Что поражает в трагедии 1 марта 1881 года – если позабыть на минуту трагическую сторону этого события и того, что за ним последовало, – это прежде всего полная беспомощность тех, кто должен был охранять особу Александра II. Полиции было отлично известно, что готовится покушение при помощи бомб. Три человека, держа в руках бомбы такого размера, что спрятать их в карман было нельзя, более часу ходили взад и вперед по дороге, по которой должен был проехать император. Некоторые из них – например, Рысаков, – наверное, имели вид очень взволнованный; но вид этих взволнованных молодых людей, с какими – то таинственными свертками расхаживавших по такому месту, не обратил на себя внимания ни одного полицейского.
Когда взорвалась первая бомба, не тронувшая Александра Николаевича, его конвой, его специальная охрана, скакавшая за ним в санях, не приняла самой элементарной меры предосторожности – не оцепила места взрыва, что и дало возможность Гриневицкому вместе с толпою подойти вплотную к императору и бросить вторую бомбу, уже смертельную для обоих – и для того, кто бросил, и для того, в кого бросили.
1 марта было крушением не политики, а полиции Лорис – Меликова; но так как его политика была лишь полицейским средством, то катастрофа в этой низменной области разрушила весь карточный домик лорис – меликовской «конституции». Александр III, как увидим дальше, осуществил большую часть реформ, намечавшихся «диктатором сердца», – но он осуществил их обычным бюрократическим путем, не прибегая к фиктивному содействию «общества».
Глава XV
Александр III. Политическая реакция. Распространение марксизма
В своем дневнике Валуев окрестил положение, наступившее непосредственно после 1 марта 1881 года, «эрратическим, – термин, не совсем обычный в политике, но лучше трудно придумать. Начался, действительно, короткий период блужданий и ошибок, притом с обеих сторон, нужно сказать. Не иным, как «эрратическим» актом приходится признать, например, знаменитое «письмо Исполнительного комитета к Александру III», где революционное движение объявлялось «не таким делом, которое зависит от отдельных личностей», а «процессом народного организма», – и в то же время ставились определенные условия «отдельной личности» новому императору, – условия, при соблюдении которых «процесс народного организма» должен был прекратиться или, по крайней мере, принять иную форму.
Если бы Александр Александрович в эту минуту способен был рассуждать хладнокровно, он из одного факта такого письма мог бы заключить о растерянности своих врагов. Но вот как описывает состояние нового государя в те же первые минуты самый близкий к нему человек – Победоносцев: «Сегодня вечером, в 12 час. ночи (1 марта) бедный сын и наследник с рыданием обнял меня… Боже, как мне жаль его, нового государя!
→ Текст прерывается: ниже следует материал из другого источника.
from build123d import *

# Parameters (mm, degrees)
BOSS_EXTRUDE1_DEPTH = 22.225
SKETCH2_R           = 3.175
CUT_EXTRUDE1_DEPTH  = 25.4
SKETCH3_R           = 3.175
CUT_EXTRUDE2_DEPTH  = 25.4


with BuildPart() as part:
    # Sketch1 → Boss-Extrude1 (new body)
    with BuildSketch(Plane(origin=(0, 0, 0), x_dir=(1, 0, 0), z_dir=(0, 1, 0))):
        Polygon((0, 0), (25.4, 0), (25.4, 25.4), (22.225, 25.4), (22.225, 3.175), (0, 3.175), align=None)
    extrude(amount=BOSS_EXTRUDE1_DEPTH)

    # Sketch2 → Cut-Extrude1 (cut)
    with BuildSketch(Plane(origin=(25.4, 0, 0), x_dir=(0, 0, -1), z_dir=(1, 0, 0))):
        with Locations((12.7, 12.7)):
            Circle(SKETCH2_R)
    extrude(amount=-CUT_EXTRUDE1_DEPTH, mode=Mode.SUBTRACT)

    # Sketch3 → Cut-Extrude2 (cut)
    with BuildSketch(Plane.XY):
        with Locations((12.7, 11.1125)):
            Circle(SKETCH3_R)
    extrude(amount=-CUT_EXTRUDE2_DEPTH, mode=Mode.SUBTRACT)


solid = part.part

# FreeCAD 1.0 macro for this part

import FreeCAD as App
import Part
import Sketcher
from FreeCAD import Vector
Q = App.Units.Quantity

doc = App.newDocument("Part")
params = doc.addObject("Spreadsheet::Sheet", "Params")
for row, (alias, value) in enumerate([
    ("sketch1_width", "1 in"),
    ("sketch1_width2", "0.125 in"),
    ("pad1_length", "0.875 in"),
    ("sketch2_diameter", "0.25 in"),
    ("pocket1_length", "1 in"),
    ("sketch3_diameter", "0.25 in"),
    ("pocket2_length", "1 in"),
], start=1):
    params.set(f"A{row}", alias)
    params.set(f"B{row}", "=" + value)
    params.setAlias(f"B{row}", alias)

body = doc.addObject("PartDesign::Body", "Body")

sketch1 = body.newObject("Sketcher::SketchObject", "Sketch")
sketch1.AttachmentSupport = (doc.getObject("XZ_Plane"), [""])
sketch1.MapMode = "FlatFace"
sketch1.addGeometry([
    Part.LineSegment(Vector(0, 0, 0), Vector(25.4, 0, 0)),
    Part.LineSegment(Vector(25.4, 0, 0), Vector(25.4, -25.4, 0)),
    Part.LineSegment(Vector(25.4, -25.4, 0), Vector(22.225, -25.4, 0)),
    Part.LineSegment(Vector(22.225, -25.4, 0), Vector(22.225, -3.175, 0)),
    Part.LineSegment(Vector(22.225, -3.175, 0), Vector(0, -3.175, 0)),
    Part.LineSegment(Vector(0, -3.175, 0), Vector(0, 0, 0)),
], False)
sketch1.addConstraint([
    Sketcher.Constraint("Coincident", 0, 2, 1, 1),
    Sketcher.Constraint("Coincident", 1, 2, 2, 1),
    Sketcher.Constraint("Coincident", 2, 2, 3, 1),
    Sketcher.Constraint("Coincident", 3, 2, 4, 1),
    Sketcher.Constraint("Coincident", 4, 2, 5, 1),
    Sketcher.Constraint("Coincident", 5, 2, 0, 1),
    Sketcher.Constraint("Horizontal", 0),
    Sketcher.Constraint("Vertical", 1),
    Sketcher.Constraint("Horizontal", 2),
    Sketcher.Constraint("Vertical", 3),
    Sketcher.Constraint("Horizontal", 4),
    Sketcher.Constraint("Vertical", 5),
    Sketcher.Constraint("Coincident", 5, 2, -1, 1),
    Sketcher.Constraint("Equal", 0, 1),
    Sketcher.Constraint("Equal", 4, 3),
    Sketcher.Constraint("DistanceX", 0, 1, 0, 2, Q("1 in")),
    Sketcher.Constraint("DistanceX", 2, 2, 2, 1, Q("0.125 in")),
])
sketch1.setExpression("Constraints[15]", "Params.sketch1_width")
sketch1.setExpression("Constraints[16]", "Params.sketch1_width2")
pad1 = body.newObject("PartDesign::Pad", "Pad")
pad1.Profile = sketch1
pad1.setExpression("Length", "Params.pad1_length")
pad1.Reversed = True

sketch2 = body.newObject("Sketcher::SketchObject", "Sketch001")
sketch2.AttachmentSupport = (doc.getObject("YZ_Plane"), [""])
sketch2.MapMode = "FlatFace"
sketch2.AttachmentOffset = App.Placement(Vector(0, 0, 1 * 25.4), App.Rotation())
sketch2.addGeometry(Part.Circle(Vector(12.7, -12.7, 0), Vector(0, 0, 1), 3.175), False)
sketch2.addConstraint([
    Sketcher.Constraint("Diameter", 0, Q("0.25 in")),
    Sketcher.Constraint("DistanceX", -1, 1, 0, 3, Q("0.5 in")),
    Sketcher.Constraint("DistanceY", 0, 3, -1, 1, Q("0.5 in")),
])
sketch2.setExpression("Constraints[0]", "Params.sketch2_diameter")
pocket1 = body.newObject("PartDesign::Pocket", "Pocket")
pocket1.Profile = sketch2
pocket1.setExpression("Length", "Params.pocket1_length")

sketch3 = body.newObject("Sketcher::SketchObject", "Sketch002")
sketch3.AttachmentSupport = (doc.getObject("XY_Plane"), [""])
sketch3.MapMode = "FlatFace"
sketch3.addGeometry(Part.Circle(Vector(12.7, 11.1125, 0), Vector(0, 0, 1), 3.175), False)
sketch3.addConstraint([
    Sketcher.Constraint("Diameter", 0, Q("0.25 in")),
    Sketcher.Constraint("DistanceX", -1, 1, 0, 3, Q("0.5 in")),
    Sketcher.Constraint("DistanceY", -1, 1, 0, 3, Q("0.4375 in")),
])
sketch3.setExpression("Constraints[0]", "Params.sketch3_diameter")
pocket2 = body.newObject("PartDesign::Pocket", "Pocket001")
pocket2.Profile = sketch3
pocket2.setExpression("Length", "Params.pocket2_length")

doc.recompute()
Жаль, как бедного, больного, ошеломленного ребенка. Боюсь, что воли не будет у него. Кто же поведет его?..».
На последний вопрос очень обстоятельно ответил тот же Валуев. «В течение всего периода царствования с 8 марта по 29 апреля противоположные течения скрещивались около государя, и на первый взгляд могло казаться, что то одно, то другое брало верх. Гр. Лорис – Меликов продолжал, так сказать, наружно играть прежнюю роль, но, в сущности, он утратил свое руководящее или решающее значение. Беспрерывно обнаруживались отрывочные влияния Победоносцева и гр. Воронцова (Дашкова), преимущественно по части личных назначений и анормальной независимости действий, предоставлявшейся разным лицам… Ни гр. Лорис – Меликов, ни его вдохновитель Абаза (министр финансов) не решались бороться с этими вспышками прямого самодержавия. Они думали, как выразился Абаза, что игра таких вспышек пройдет, и они успеют окончательно утвердиться на своей почве и утвердить за собою прочное влияние. Последствия показали, что они ошиблись. Между тем рядом с ними и с Победоносцевым, и с гр. Воронцовым начинало упрочиваться еще другое влияние в лице гр. Игнатьева».
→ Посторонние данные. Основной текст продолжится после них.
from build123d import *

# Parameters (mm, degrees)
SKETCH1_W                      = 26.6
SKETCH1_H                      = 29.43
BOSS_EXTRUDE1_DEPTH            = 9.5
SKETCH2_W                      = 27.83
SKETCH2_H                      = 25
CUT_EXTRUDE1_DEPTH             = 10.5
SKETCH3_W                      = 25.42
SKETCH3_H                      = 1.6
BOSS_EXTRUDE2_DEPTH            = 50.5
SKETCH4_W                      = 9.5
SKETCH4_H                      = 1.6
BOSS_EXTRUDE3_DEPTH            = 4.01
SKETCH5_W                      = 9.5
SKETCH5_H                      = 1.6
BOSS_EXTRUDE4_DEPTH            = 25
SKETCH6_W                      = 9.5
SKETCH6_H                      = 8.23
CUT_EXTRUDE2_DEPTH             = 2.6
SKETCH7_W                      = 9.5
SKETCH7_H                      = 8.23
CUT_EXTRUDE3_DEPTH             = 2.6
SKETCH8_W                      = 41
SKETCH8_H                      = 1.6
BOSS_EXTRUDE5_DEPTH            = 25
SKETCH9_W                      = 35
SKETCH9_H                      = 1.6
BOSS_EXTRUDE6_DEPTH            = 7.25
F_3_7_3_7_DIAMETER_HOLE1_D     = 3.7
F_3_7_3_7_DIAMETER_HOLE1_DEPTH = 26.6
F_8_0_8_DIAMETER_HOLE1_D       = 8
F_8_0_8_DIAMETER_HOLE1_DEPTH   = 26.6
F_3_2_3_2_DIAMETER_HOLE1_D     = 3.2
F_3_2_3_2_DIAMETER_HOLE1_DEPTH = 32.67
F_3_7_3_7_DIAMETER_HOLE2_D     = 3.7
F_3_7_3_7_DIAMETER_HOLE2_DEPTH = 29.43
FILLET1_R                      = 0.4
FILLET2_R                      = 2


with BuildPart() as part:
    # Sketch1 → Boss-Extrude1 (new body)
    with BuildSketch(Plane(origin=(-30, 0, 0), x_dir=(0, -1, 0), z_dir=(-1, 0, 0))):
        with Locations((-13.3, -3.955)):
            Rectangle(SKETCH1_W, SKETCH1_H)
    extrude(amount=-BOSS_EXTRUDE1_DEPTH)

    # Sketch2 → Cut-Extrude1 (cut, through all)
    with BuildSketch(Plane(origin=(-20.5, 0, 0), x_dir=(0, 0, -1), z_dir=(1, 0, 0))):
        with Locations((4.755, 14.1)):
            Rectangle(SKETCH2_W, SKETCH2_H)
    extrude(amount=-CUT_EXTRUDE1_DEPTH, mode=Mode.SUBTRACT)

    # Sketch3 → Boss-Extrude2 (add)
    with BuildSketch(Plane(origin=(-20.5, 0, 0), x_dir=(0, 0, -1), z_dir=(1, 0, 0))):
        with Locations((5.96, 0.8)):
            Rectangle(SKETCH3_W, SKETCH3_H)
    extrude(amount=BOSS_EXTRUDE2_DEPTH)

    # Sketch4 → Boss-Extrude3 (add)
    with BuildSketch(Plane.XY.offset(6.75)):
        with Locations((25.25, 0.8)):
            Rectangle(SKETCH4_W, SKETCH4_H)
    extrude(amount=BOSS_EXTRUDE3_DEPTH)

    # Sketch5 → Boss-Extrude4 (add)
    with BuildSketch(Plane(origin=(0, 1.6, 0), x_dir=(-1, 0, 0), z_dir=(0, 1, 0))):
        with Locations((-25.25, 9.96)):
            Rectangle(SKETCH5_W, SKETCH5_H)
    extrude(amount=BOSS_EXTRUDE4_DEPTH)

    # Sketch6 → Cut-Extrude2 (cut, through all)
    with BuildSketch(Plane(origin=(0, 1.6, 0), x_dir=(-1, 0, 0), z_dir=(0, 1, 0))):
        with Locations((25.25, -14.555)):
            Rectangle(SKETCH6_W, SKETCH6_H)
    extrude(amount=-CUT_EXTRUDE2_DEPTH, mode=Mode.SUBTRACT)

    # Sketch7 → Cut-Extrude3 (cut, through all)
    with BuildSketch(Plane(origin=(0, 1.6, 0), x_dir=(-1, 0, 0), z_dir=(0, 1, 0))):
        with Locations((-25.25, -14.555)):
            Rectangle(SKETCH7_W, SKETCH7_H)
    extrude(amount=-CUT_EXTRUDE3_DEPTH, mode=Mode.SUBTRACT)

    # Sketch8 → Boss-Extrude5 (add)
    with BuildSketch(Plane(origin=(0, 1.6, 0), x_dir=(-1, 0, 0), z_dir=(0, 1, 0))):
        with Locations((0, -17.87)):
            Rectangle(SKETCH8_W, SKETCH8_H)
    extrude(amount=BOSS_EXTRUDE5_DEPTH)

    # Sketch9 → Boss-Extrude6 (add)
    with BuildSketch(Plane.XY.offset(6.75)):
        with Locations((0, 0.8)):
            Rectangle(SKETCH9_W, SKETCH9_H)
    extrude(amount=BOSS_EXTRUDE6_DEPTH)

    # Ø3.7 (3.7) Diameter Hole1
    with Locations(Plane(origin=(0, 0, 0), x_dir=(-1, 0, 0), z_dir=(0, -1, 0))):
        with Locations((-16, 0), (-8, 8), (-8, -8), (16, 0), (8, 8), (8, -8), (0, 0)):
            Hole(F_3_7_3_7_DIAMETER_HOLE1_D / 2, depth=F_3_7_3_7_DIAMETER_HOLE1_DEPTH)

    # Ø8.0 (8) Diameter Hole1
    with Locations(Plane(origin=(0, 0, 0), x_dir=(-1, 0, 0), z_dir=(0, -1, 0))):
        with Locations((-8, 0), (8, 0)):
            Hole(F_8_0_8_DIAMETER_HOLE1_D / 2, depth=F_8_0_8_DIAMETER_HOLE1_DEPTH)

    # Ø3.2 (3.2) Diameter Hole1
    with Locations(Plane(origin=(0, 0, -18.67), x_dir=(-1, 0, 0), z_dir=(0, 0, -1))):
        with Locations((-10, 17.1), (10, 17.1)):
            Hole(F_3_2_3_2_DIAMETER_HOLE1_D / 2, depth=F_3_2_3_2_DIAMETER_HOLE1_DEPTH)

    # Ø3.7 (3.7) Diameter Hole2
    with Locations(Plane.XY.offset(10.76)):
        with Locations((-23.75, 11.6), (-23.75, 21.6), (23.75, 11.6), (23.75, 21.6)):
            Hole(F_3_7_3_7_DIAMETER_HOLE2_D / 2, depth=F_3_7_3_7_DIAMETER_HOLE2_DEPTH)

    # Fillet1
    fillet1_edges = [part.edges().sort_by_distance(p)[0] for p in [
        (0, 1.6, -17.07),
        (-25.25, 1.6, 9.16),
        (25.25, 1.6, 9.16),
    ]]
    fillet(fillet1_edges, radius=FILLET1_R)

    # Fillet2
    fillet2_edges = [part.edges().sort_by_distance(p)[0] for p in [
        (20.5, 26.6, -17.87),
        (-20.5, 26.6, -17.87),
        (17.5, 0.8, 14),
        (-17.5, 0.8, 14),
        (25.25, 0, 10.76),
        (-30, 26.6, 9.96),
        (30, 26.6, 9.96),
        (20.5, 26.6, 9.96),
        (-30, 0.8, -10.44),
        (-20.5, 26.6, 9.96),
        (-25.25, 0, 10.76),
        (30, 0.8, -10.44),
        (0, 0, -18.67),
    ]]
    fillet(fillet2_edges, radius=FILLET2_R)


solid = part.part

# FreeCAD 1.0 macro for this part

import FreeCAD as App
import Part
import Sketcher

V = App.Vector
Q = App.Units.Quantity


def edges_at(feature, points):
    """Names of the edges that pass closest to the given points."""
    edges = feature.Shape.Edges
    near = lambda p: min(range(len(edges)), key=lambda i: edges[i].distToShape(Part.Vertex(*p))[0])
    return sorted({f"Edge{near(p) + 1}" for p in points})

doc = App.newDocument("Part")
body = doc.addObject("PartDesign::Body", "Body")

sketch1 = doc.addObject("Sketcher::SketchObject", "Sketch")
body.addObject(sketch1)
sketch1.AttachmentSupport = (doc.YZ_Plane, [""])
sketch1.MapMode = "FlatFace"
sketch1.AttachmentOffset = App.Placement(V(0, 0, -30), App.Rotation())
sketch1.addGeometry([
    Part.LineSegment(V(27, 11, 0), V(27, -19, 0)),
    Part.LineSegment(V(27, -19, 0), V(0, -19, 0)),
    Part.LineSegment(V(0, -19, 0), V(0, 11, 0)),
    Part.LineSegment(V(0, 11, 0), V(27, 11, 0)),
], False)
sketch1.addConstraint([
    Sketcher.Constraint("Coincident", 0, 2, 1, 1),
    Sketcher.Constraint("Coincident", 1, 2, 2, 1),
    Sketcher.Constraint("Coincident", 2, 2, 3, 1),
    Sketcher.Constraint("Coincident", 3, 2, 0, 1),
    Sketcher.Constraint("Vertical", 0),
    Sketcher.Constraint("Horizontal", 1),
    Sketcher.Constraint("Vertical", 2),
    Sketcher.Constraint("Horizontal", 3),
    Sketcher.Constraint("PointOnObject", 1, 2, -2),
    Sketcher.Constraint("DistanceX", 1, 2, 1, 1, Q("26.6 mm")),
    Sketcher.Constraint("DistanceY", 0, 2, 0, 1, Q("29.43 mm")),
    Sketcher.Constraint("DistanceY", 0, 2, -1, 1, Q("18.67 mm")),
])
pad1 = doc.addObject("PartDesign::Pad", "Pad")
body.addObject(pad1)
pad1.Profile = sketch1
pad1.Length = 9.5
И всякий из кандидатов в руководители вносил что – нибудь свое в эту какофонию. Лорис – Меликов – свой «просвещенный деспотизм» а 1а Николай Милютин, Абаза («тайный советник Стрекоза» щедринских рассказов этой поры) – свой русско – бюрократический либерализм, Игнатьев – свое славянофильство «последнего образца», Победоносцев – свой фанатизм Торквемады XIX столетия, и, наконец, в лице Воронцова – Дашкова, будущего главы «Священной дружины», выступало нечто до того «сложное», что в этой «сложности» исследователи до сих пор не могут как следует разобраться: с одной стороны, как будто феодальный конституционализм виднеется, с другой – как будто народовольчество навыворот.